YOUR TASK:
One range is to be output from the listing below, exactly as written: the line with "f 92 309 310" to the line with "f 68 376 67", both kept.
─── SUPPLIED MATERIAL
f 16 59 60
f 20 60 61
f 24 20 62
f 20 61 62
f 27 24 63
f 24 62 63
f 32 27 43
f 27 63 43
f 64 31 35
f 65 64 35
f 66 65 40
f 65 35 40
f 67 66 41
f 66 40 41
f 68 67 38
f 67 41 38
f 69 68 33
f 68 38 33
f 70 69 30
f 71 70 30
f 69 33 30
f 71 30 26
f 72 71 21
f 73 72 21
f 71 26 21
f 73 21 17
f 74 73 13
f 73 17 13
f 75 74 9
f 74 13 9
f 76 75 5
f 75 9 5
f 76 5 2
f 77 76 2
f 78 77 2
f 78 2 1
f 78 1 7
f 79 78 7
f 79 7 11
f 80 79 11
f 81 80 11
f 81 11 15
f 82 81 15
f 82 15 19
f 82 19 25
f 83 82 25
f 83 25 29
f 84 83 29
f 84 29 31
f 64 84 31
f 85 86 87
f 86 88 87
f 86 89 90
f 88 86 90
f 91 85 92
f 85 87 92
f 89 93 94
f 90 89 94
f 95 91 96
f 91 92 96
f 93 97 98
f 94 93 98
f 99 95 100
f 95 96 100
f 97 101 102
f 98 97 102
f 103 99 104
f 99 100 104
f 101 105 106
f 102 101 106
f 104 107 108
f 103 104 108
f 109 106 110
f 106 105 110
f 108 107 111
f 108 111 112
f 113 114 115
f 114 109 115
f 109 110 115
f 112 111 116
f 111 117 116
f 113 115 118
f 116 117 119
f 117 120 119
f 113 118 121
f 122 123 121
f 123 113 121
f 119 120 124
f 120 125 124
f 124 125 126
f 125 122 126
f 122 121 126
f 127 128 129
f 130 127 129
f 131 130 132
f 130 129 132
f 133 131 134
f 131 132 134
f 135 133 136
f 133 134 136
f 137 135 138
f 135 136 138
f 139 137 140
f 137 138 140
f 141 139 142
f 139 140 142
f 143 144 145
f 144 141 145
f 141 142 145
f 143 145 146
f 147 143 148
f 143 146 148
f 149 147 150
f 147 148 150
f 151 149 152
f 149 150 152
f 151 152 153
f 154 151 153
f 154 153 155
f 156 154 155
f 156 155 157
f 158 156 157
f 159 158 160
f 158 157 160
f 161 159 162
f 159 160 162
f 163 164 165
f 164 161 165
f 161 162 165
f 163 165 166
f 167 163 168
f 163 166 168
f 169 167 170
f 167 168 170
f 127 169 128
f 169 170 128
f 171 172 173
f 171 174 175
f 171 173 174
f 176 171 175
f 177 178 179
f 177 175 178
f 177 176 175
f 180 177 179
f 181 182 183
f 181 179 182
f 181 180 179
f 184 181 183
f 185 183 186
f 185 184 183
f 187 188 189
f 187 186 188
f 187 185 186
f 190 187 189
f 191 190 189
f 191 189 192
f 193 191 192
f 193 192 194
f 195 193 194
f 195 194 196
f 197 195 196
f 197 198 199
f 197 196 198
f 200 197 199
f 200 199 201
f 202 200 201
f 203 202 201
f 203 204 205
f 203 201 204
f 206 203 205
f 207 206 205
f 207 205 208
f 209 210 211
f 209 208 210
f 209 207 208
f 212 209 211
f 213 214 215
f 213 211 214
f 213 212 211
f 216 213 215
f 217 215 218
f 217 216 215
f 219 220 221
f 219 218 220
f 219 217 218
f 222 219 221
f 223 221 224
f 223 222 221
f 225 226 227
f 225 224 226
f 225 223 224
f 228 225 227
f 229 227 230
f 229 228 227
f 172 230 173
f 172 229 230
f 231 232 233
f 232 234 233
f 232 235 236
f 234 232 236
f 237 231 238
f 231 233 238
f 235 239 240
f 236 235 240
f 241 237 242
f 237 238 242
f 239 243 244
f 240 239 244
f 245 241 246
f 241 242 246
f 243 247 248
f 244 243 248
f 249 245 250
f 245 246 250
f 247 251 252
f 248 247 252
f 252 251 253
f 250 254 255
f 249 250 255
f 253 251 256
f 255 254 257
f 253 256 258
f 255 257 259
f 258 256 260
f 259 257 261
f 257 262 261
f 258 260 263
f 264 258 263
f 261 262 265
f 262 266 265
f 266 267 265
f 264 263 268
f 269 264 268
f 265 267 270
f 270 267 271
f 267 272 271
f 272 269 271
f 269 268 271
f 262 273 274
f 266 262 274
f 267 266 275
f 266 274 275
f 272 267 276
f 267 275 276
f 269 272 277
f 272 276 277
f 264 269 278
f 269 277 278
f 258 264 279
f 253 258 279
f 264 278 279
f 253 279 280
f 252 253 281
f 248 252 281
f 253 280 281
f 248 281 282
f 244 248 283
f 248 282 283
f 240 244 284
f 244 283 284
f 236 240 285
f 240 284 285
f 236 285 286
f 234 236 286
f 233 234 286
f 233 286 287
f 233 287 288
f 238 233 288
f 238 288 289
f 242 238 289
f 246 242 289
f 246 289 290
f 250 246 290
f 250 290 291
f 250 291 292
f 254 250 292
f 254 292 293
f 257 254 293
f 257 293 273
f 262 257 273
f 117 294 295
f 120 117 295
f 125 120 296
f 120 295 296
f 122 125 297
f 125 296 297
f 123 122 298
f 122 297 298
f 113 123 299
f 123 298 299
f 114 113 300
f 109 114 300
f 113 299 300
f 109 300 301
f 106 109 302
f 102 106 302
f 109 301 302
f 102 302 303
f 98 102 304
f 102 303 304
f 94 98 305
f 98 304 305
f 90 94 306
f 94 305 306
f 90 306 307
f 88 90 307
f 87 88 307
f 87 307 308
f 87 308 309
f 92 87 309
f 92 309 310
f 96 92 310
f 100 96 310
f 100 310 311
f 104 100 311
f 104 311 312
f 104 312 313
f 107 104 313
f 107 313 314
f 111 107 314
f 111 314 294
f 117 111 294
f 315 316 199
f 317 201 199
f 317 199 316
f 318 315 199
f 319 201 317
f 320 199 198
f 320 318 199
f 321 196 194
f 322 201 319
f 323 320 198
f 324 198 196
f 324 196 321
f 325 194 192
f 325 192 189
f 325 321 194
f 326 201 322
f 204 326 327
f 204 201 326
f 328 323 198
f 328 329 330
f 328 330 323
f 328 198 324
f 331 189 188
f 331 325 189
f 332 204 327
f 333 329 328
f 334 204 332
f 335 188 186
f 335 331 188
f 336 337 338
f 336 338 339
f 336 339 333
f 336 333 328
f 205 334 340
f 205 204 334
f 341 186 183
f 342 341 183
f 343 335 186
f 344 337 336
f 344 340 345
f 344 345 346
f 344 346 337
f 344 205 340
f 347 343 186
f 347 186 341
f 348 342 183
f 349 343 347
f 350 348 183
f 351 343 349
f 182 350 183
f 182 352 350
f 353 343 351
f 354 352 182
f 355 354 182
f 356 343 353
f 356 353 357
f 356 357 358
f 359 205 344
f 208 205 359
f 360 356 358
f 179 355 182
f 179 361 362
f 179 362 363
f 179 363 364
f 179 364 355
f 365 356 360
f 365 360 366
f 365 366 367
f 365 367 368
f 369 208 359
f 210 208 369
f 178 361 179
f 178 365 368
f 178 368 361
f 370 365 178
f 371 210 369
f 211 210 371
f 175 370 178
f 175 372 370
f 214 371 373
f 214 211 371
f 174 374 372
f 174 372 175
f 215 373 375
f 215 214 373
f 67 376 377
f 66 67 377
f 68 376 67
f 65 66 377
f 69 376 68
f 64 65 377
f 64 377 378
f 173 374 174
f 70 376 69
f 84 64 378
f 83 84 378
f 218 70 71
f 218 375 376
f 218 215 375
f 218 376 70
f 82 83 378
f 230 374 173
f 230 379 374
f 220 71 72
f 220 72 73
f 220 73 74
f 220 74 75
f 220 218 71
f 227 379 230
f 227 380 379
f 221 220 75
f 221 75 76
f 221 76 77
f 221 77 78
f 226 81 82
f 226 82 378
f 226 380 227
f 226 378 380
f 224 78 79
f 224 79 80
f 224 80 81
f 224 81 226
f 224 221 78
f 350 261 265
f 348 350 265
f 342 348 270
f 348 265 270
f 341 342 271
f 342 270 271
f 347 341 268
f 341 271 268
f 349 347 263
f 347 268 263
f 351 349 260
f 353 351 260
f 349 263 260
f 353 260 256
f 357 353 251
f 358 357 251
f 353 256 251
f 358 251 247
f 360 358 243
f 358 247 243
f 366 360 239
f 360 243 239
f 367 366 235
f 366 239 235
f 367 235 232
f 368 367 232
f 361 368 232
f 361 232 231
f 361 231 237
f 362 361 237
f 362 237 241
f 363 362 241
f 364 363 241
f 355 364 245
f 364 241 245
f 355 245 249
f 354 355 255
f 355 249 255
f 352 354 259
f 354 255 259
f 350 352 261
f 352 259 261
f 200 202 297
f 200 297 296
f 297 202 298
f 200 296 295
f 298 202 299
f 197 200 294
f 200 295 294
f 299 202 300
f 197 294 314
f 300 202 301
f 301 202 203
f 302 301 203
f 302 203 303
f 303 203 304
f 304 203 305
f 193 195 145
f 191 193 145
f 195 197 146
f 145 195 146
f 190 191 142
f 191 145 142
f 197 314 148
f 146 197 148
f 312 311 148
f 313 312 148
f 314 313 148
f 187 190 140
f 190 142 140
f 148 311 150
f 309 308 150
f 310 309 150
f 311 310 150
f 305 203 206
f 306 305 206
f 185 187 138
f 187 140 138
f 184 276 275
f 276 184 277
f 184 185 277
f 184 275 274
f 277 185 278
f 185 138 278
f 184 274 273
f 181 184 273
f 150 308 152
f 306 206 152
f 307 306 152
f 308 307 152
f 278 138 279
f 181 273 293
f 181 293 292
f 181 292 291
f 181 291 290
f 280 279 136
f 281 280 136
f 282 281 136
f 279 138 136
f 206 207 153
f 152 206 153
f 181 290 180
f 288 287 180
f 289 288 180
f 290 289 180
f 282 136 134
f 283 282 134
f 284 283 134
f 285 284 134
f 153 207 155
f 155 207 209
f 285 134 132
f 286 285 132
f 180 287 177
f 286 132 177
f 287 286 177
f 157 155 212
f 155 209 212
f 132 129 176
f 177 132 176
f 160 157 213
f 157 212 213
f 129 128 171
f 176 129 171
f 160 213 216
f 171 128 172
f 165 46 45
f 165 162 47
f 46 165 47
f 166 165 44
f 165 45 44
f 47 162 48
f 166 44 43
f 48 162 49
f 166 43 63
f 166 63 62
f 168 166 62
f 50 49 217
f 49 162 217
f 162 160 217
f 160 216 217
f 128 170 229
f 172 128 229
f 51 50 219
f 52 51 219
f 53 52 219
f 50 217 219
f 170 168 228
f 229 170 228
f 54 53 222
──────
RESULT OF THIS TASK:
f 92 309 310
f 96 92 310
f 100 96 310
f 100 310 311
f 104 100 311
f 104 311 312
f 104 312 313
f 107 104 313
f 107 313 314
f 111 107 314
f 111 314 294
f 117 111 294
f 315 316 199
f 317 201 199
f 317 199 316
f 318 315 199
f 319 201 317
f 320 199 198
f 320 318 199
f 321 196 194
f 322 201 319
f 323 320 198
f 324 198 196
f 324 196 321
f 325 194 192
f 325 192 189
f 325 321 194
f 326 201 322
f 204 326 327
f 204 201 326
f 328 323 198
f 328 329 330
f 328 330 323
f 328 198 324
f 331 189 188
f 331 325 189
f 332 204 327
f 333 329 328
f 334 204 332
f 335 188 186
f 335 331 188
f 336 337 338
f 336 338 339
f 336 339 333
f 336 333 328
f 205 334 340
f 205 204 334
f 341 186 183
f 342 341 183
f 343 335 186
f 344 337 336
f 344 340 345
f 344 345 346
f 344 346 337
f 344 205 340
f 347 343 186
f 347 186 341
f 348 342 183
f 349 343 347
f 350 348 183
f 351 343 349
f 182 350 183
f 182 352 350
f 353 343 351
f 354 352 182
f 355 354 182
f 356 343 353
f 356 353 357
f 356 357 358
f 359 205 344
f 208 205 359
f 360 356 358
f 179 355 182
f 179 361 362
f 179 362 363
f 179 363 364
f 179 364 355
f 365 356 360
f 365 360 366
f 365 366 367
f 365 367 368
f 369 208 359
f 210 208 369
f 178 361 179
f 178 365 368
f 178 368 361
f 370 365 178
f 371 210 369
f 211 210 371
f 175 370 178
f 175 372 370
f 214 371 373
f 214 211 371
f 174 374 372
f 174 372 175
f 215 373 375
f 215 214 373
f 67 376 377
f 66 67 377
f 68 376 67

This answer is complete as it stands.